I decided to take a risk tonight and cake on the turquoise across, up and down my eyelid. Next, a stroke of sparkly midnight blue around my eyes and a shade of blue similar to what you might expect a dull blueberry to look like covered the middle of my eyelids. Black eyeliner and mascara completed the look…
Well, I had planned on taking some pics to show what I just described, but my main photographer (Becca) had to leave Puerto Rico. Nobody else here really understands my photographic style. While I got some good pics of friends, there were no good pics of me. Maybe I could use Photoshop... We’ll see.

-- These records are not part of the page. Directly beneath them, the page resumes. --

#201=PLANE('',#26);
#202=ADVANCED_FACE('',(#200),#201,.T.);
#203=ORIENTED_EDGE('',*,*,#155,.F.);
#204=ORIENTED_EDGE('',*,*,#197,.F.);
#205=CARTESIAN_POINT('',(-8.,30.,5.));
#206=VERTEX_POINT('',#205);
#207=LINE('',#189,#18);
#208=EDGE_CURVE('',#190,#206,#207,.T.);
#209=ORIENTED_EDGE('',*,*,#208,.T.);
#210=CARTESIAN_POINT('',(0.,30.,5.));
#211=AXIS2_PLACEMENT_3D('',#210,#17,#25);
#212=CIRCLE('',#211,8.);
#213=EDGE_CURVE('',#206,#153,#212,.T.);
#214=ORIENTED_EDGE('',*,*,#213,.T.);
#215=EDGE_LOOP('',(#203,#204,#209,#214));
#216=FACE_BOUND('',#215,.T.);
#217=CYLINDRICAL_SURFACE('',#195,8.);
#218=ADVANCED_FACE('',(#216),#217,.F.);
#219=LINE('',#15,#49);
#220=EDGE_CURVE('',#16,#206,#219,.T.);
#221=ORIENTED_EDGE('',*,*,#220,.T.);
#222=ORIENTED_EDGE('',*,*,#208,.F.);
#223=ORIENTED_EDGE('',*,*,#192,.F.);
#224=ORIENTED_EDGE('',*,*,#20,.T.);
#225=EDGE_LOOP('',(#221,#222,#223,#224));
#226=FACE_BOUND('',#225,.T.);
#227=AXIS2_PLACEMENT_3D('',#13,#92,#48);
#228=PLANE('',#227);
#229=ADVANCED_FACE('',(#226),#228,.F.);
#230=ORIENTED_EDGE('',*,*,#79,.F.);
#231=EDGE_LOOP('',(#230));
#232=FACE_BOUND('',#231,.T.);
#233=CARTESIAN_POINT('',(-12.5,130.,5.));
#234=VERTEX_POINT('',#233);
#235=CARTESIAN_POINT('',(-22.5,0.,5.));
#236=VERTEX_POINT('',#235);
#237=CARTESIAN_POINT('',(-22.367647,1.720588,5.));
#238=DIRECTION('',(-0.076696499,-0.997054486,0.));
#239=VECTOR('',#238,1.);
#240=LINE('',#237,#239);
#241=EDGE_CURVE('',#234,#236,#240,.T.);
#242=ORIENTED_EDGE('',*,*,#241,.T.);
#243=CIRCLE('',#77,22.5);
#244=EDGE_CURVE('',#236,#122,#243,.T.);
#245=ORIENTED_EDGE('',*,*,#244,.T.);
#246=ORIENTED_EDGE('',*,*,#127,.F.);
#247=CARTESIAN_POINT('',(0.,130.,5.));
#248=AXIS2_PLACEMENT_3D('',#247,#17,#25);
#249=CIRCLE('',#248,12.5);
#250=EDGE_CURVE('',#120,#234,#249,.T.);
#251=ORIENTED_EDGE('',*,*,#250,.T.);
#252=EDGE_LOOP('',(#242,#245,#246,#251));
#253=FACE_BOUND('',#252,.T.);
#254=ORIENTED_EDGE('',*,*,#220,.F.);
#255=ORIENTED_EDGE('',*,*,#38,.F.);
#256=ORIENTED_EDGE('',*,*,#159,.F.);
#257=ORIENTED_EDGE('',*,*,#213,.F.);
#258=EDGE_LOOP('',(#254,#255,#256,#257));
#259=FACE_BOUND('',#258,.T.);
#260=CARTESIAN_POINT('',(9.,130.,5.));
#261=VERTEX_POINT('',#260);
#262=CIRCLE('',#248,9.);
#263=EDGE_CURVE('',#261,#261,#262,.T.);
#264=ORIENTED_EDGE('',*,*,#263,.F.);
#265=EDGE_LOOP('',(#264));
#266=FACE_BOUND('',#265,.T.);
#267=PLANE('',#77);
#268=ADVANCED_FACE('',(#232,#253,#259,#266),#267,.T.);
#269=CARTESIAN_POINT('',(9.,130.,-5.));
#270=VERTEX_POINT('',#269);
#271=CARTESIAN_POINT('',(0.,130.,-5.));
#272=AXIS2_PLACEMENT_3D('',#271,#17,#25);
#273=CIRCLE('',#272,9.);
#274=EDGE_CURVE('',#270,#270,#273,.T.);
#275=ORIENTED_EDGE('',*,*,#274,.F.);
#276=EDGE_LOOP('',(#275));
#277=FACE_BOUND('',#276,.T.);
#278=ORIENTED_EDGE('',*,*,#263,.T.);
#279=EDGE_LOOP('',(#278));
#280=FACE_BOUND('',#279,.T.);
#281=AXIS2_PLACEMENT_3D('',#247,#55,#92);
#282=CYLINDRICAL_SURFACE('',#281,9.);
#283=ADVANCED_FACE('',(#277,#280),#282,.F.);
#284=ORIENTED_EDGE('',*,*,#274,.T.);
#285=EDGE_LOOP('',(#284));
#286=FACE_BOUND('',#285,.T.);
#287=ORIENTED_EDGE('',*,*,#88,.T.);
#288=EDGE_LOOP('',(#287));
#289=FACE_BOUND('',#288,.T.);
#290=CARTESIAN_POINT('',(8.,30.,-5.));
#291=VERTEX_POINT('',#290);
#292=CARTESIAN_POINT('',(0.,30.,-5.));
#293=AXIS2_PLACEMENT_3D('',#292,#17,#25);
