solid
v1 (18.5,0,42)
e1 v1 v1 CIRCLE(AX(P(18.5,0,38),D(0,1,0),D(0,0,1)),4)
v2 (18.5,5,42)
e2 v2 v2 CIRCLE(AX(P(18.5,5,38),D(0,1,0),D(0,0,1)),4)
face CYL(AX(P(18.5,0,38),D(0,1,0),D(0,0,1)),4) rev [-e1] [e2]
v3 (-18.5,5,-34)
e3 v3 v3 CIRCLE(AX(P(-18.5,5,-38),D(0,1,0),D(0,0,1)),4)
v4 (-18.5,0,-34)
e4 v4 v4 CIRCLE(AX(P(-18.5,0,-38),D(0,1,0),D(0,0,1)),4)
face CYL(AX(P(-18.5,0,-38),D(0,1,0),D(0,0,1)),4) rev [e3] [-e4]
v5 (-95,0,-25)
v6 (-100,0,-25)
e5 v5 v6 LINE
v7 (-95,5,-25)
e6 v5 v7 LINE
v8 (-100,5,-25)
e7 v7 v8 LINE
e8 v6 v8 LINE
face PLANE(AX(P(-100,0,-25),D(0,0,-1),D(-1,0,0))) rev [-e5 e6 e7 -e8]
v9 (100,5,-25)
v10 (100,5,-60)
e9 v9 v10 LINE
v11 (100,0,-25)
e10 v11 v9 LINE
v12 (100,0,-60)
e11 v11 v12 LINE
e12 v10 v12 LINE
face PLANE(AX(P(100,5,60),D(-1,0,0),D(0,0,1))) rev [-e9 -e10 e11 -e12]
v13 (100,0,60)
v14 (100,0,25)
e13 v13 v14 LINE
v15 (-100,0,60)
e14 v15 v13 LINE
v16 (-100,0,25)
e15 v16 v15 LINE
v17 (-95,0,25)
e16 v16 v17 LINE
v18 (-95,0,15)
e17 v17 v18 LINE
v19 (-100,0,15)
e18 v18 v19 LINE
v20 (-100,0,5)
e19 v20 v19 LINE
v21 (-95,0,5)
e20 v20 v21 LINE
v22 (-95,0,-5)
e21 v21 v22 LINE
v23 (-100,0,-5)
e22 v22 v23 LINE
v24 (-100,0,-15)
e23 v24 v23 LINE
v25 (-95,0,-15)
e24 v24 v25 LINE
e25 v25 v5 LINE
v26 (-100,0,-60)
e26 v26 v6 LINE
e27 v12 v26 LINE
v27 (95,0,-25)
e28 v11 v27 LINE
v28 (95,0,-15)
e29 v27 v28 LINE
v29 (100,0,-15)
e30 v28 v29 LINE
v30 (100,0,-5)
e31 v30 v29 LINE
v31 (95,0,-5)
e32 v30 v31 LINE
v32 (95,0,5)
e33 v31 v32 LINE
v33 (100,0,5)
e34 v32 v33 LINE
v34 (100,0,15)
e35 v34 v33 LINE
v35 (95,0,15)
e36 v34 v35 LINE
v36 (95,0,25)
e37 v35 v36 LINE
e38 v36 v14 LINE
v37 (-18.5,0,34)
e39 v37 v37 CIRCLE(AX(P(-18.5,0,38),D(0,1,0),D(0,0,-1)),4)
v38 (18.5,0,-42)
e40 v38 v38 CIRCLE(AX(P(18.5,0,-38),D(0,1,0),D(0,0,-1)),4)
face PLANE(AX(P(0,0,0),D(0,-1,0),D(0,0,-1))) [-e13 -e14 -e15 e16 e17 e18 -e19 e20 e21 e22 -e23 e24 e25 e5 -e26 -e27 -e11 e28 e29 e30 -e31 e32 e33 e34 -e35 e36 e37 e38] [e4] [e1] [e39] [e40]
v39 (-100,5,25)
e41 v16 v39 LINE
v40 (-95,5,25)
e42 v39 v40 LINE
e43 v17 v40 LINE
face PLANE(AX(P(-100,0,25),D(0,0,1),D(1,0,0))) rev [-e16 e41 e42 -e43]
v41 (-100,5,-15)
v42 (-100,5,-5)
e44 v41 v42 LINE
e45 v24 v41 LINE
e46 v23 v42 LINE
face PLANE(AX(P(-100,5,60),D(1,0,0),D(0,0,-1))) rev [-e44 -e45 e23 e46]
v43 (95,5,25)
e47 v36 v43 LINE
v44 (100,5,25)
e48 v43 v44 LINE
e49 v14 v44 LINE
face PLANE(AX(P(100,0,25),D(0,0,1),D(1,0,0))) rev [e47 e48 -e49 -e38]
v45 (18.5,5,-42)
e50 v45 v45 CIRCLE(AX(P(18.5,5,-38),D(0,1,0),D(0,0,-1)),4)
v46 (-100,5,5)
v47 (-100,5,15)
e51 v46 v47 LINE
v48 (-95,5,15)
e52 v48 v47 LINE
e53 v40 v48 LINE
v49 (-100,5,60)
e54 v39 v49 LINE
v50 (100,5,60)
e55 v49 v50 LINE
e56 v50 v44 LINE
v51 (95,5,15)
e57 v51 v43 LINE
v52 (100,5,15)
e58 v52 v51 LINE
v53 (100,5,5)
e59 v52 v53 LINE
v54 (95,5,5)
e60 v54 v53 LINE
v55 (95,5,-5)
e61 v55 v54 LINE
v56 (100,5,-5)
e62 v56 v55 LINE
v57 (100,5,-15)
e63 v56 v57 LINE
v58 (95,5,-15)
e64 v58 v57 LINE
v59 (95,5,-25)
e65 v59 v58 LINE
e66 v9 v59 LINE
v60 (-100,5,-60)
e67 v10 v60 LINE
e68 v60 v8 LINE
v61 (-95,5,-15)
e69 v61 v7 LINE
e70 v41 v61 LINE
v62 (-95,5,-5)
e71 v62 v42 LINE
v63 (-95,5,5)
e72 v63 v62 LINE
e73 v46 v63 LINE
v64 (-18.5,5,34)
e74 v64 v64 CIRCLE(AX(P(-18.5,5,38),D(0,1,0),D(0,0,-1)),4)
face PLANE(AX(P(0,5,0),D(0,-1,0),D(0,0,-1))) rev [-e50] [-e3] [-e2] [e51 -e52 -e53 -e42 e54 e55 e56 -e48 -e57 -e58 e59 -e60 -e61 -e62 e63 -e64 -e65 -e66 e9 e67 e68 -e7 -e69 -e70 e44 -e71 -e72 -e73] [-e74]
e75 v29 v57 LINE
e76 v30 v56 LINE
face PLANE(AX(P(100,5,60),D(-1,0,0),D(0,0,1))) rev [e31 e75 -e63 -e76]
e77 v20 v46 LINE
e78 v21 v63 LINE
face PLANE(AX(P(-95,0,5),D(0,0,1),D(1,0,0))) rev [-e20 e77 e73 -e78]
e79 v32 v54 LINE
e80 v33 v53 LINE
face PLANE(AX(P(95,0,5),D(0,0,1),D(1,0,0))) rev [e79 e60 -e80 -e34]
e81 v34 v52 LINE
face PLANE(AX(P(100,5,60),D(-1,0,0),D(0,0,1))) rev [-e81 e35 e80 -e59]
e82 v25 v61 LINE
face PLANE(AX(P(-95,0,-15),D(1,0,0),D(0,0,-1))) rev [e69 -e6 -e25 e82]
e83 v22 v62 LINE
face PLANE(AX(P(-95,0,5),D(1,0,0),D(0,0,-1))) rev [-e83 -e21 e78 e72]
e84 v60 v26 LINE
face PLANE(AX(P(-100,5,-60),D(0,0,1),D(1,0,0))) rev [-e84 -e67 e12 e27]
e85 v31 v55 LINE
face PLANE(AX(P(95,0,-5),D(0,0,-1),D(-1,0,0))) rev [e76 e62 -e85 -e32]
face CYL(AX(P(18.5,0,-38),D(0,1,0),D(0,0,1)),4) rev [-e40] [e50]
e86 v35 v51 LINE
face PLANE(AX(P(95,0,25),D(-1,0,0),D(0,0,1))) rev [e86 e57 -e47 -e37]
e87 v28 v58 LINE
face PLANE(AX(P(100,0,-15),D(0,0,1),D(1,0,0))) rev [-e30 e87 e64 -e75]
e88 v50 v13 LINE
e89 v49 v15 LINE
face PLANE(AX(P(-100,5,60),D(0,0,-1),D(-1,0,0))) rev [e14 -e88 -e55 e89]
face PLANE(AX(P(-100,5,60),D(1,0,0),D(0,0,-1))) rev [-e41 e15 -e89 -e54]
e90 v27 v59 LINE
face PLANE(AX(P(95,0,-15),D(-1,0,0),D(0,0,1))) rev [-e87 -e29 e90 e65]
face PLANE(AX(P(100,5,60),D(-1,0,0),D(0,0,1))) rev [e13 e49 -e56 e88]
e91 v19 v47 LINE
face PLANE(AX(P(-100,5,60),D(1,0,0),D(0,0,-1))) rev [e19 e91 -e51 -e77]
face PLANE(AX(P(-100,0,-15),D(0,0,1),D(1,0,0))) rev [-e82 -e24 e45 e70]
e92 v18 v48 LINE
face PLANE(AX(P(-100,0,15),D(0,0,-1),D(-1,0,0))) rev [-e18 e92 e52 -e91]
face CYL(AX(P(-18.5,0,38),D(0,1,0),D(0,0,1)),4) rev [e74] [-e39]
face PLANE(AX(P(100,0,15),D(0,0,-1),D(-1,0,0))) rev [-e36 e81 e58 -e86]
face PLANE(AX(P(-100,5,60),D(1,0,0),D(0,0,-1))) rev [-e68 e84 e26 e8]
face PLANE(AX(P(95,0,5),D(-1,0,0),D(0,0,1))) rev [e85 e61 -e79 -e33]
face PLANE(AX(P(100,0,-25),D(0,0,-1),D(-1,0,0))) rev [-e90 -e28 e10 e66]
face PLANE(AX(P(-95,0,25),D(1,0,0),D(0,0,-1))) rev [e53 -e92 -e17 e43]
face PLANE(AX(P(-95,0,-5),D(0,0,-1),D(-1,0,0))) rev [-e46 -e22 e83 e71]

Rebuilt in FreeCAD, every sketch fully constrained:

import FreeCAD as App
import Part
import Sketcher
from FreeCAD import Vector
Q = App.Units.Quantity


def add_polygon(sketch, points):
    """Adds a closed chain of lines whose ends are joined by coincident constraints."""
    first, n = sketch.GeometryCount, len(points)
    for a, b in zip(points, points[1:] + points[:1]):
        sketch.addGeometry(Part.LineSegment(App.Vector(*a, 0), App.Vector(*b, 0)), False)
    for i in range(n):
        sketch.addConstraint(Sketcher.Constraint("Coincident", first + i, 2, first + (i + 1) % n, 1))

doc = App.newDocument("Part")
params = doc.addObject("Spreadsheet::Sheet", "Params")
for row, (alias, value) in enumerate([
    ("sketch1_width", "200 mm"),
    ("sketch1_height", "120 mm"),
    ("pad1_length", "5 mm"),
    ("sketch2_width", "5 mm"),
    ("sketch2_height", "10 mm"),
    ("pocket1_length", "5 mm"),
    ("sketch3_diameter", "8 mm"),
], start=1):
    params.set(f"A{row}", alias)
    params.set(f"B{row}", "=" + value)
    params.setAlias(f"B{row}", alias)

body = doc.addObject("PartDesign::Body", "Body")

# Sketch on XZ plane
sketch1 = body.newObject("Sketcher::SketchObject", "Sketch")
sketch1.AttachmentSupport = (doc.getObject("XZ_Plane"), [""])
sketch1.MapMode = "FlatFace"
add_polygon(sketch1, [(-100, -60), (-100, 60), (100, 60), (100, -60)])  # lines 0-3
sketch1.addConstraint([
    Sketcher.Constraint("Vertical", 0),
    Sketcher.Constraint("Horizontal", 1),
    Sketcher.Constraint("Vertical", 2),
    Sketcher.Constraint("Horizontal", 3),
    Sketcher.Constraint("Symmetric", 0, 2, 2, 2, -1, 1),
    Sketcher.Constraint("DistanceX", 1, 1, 1, 2, Q("200 mm")),
    Sketcher.Constraint("DistanceY", 0, 1, 0, 2, Q("120 mm")),
])
sketch1.setExpression("Constraints[9]", "Params.sketch1_width")
sketch1.setExpression("Constraints[10]", "Params.sketch1_height")
pad1 = body.newObject("PartDesign::Pad", "Pad")
pad1.Profile = sketch1
pad1.setExpression("Length", "Params.pad1_length")
pad1.Reversed = True

# Sketch on XZ plane
sketch2 = body.newObject("Sketcher::SketchObject", "Sketch001")
sketch2.AttachmentSupport = (doc.getObject("XZ_Plane"), [""])
sketch2.MapMode = "FlatFace"
sketch2.AttachmentOffset = App.Placement(Vector(0, 0, -5), App.Rotation())
add_polygon(sketch2, [(95, -5), (95, 5), (100, 5), (100, -5)])  # lines 0-3
add_polygon(sketch2, [(-100, -5), (-100, 5), (-95, 5), (-95, -5)])  # lines 4-7
add_polygon(sketch2, [(-100, 15), (-100, 25), (-95, 25), (-95, 15)])  # lines 8-11
add_polygon(sketch2, [(-100, -25), (-100, -15), (-95, -15), (-95, -25)])  # lines 12-15
add_polygon(sketch2, [(95, 15), (95, 25), (100, 25), (100, 15)])  # lines 16-19
add_polygon(sketch2, [(95, -25), (95, -15), (100, -15), (100, -25)])  # lines 20-23
sketch2.addConstraint([
    Sketcher.Constraint("Vertical", 0),
    Sketcher.Constraint("Horizontal", 1),
    Sketcher.Constraint("Vertical", 2),
    Sketcher.Constraint("Horizontal", 3),
    Sketcher.Constraint("Vertical", 4),
    Sketcher.Constraint("Horizontal", 5),
    Sketcher.Constraint("Vertical", 6),
    Sketcher.Constraint("Horizontal", 7),
    Sketcher.Constraint("Vertical", 8),
    Sketcher.Constraint("Horizontal", 9),
    Sketcher.Constraint("Vertical", 10),
    Sketcher.Constraint("Horizontal", 11),
    Sketcher.Constraint("Vertical", 12),
    Sketcher.Constraint("Horizontal", 13),
    Sketcher.Constraint("Vertical", 14),
    Sketcher.Constraint("Horizontal", 15),
    Sketcher.Constraint("Vertical", 16),
    Sketcher.Constraint("Horizontal", 17),
    Sketcher.Constraint("Vertical", 18),
    Sketcher.Constraint("Horizontal", 19),
    Sketcher.Constraint("Vertical", 20),
    Sketcher.Constraint("Horizontal", 21),
    Sketcher.Constraint("Vertical", 22),
    Sketcher.Constraint("Horizontal", 23),
    Sketcher.Constraint("Symmetric", 2, 2, 4, 2, -1, 1),
    Sketcher.Constraint("Symmetric", 0, 2, 6, 2, -1, 1),
    Sketcher.Constraint("Symmetric", 14, 2, 16, 2, -1, 1),
    Sketcher.Constraint("Symmetric", 12, 2, 18, 2, -1, 1),
    Sketcher.Constraint("Symmetric", 10, 2, 20, 2, -1, 1),
    Sketcher.Constraint("Symmetric", 8, 2, 22, 2, -1, 1),
    Sketcher.Constraint("Symmetric", 9, 2, 16, 2, -2),
    Sketcher.Constraint("Symmetric", 11, 2, 18, 2, -2),
    Sketcher.Constraint("Horizontal", 1, 2, 4, 2),
    Sketcher.Constraint("Vertical", 7, 2, 8, 2),
    Sketcher.Constraint("Vertical", 6, 2, 9, 2),
    Sketcher.Constraint("Equal", 6, 8),
    Sketcher.Constraint("DistanceX", 1, 1, 1, 2, Q("5 mm")),
    Sketcher.Constraint("DistanceY", 0, 1, 0, 2, Q("10 mm")),
    Sketcher.Constraint("DistanceX", -1, 1, 0, 2, Q("95 mm")),
    Sketcher.Constraint("DistanceY", -1, 1, 8, 2, Q("25 mm")),
])
sketch2.setExpression("Constraints[60]", "Params.sketch2_width")
sketch2.setExpression("Constraints[61]", "Params.sketch2_height")
pocket1 = body.newObject("PartDesign::Pocket", "Pocket")
pocket1.Profile = sketch2
pocket1.setExpression("Length", "Params.pocket1_length")
pocket1.Reversed = True

# Sketch on XZ plane
sketch3 = body.newObject("Sketcher::SketchObject", "Sketch002")
sketch3.AttachmentSupport = (doc.getObject("XZ_Plane"), [""])
sketch3.MapMode = "FlatFace"
sketch3.AttachmentOffset = App.Placement(Vector(0, 0, -5), App.Rotation())
sketch3.addGeometry([
    Part.Circle(Vector(-18.5, -38, 0), Vector(0, 0, 1), 4),
    Part.Circle(Vector(18.5, -38, 0), Vector(0, 0, 1), 4),
    Part.Circle(Vector(18.5, 38, 0), Vector(0, 0, 1), 4),
    Part.Circle(Vector(-18.5, 38, 0), Vector(0, 0, 1), 4),
], False)
sketch3.addConstraint([
    Sketcher.Constraint("Equal", 0, 1),
    Sketcher.Constraint("Equal", 1, 2),
    Sketcher.Constraint("Equal", 2, 3),
    Sketcher.Constraint("Symmetric", 0, 3, 2, 3, -1, 1),
    Sketcher.Constraint("Symmetric", 1, 3, 3, 3, -1, 1),
    Sketcher.Constraint("Symmetric", 0, 3, 1, 3, -2),
    Sketcher.Constraint("Diameter", 0, Q("8 mm")),
    Sketcher.Constraint("DistanceY", 0, 3, -1, 1, Q("38 mm")),
    Sketcher.Constraint("DistanceX", 0, 3, 1, 3, Q("37 mm")),
])
sketch3.setExpression("Constraints[6]", "Params.sketch3_diameter")
pocket2 = body.newObject("PartDesign::Pocket", "Pocket001")
pocket2.Profile = sketch3
pocket2.Type = "ThroughAll"
pocket2.Reversed = True

doc.recompute()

It was a good thing I decided to wear make-up and a low-cut top so that most people would focus on everything above my waist, because my shoes broke. Fortunately, the bouncers didn’t kick me out for having to go barefoot, but feet did get disgustingly dirty. And tomorrow, I will have to go pick out a new pair of heels. While the ones that broke were really cheap, they were also really comfortable. So, please join me in a moment of silence in remembrance of the $5 comfortable, black heels that broke tonight… Don’t cry too much; It would be a shame to have that sparkly midnight blue eyeshadow running down your cheeks.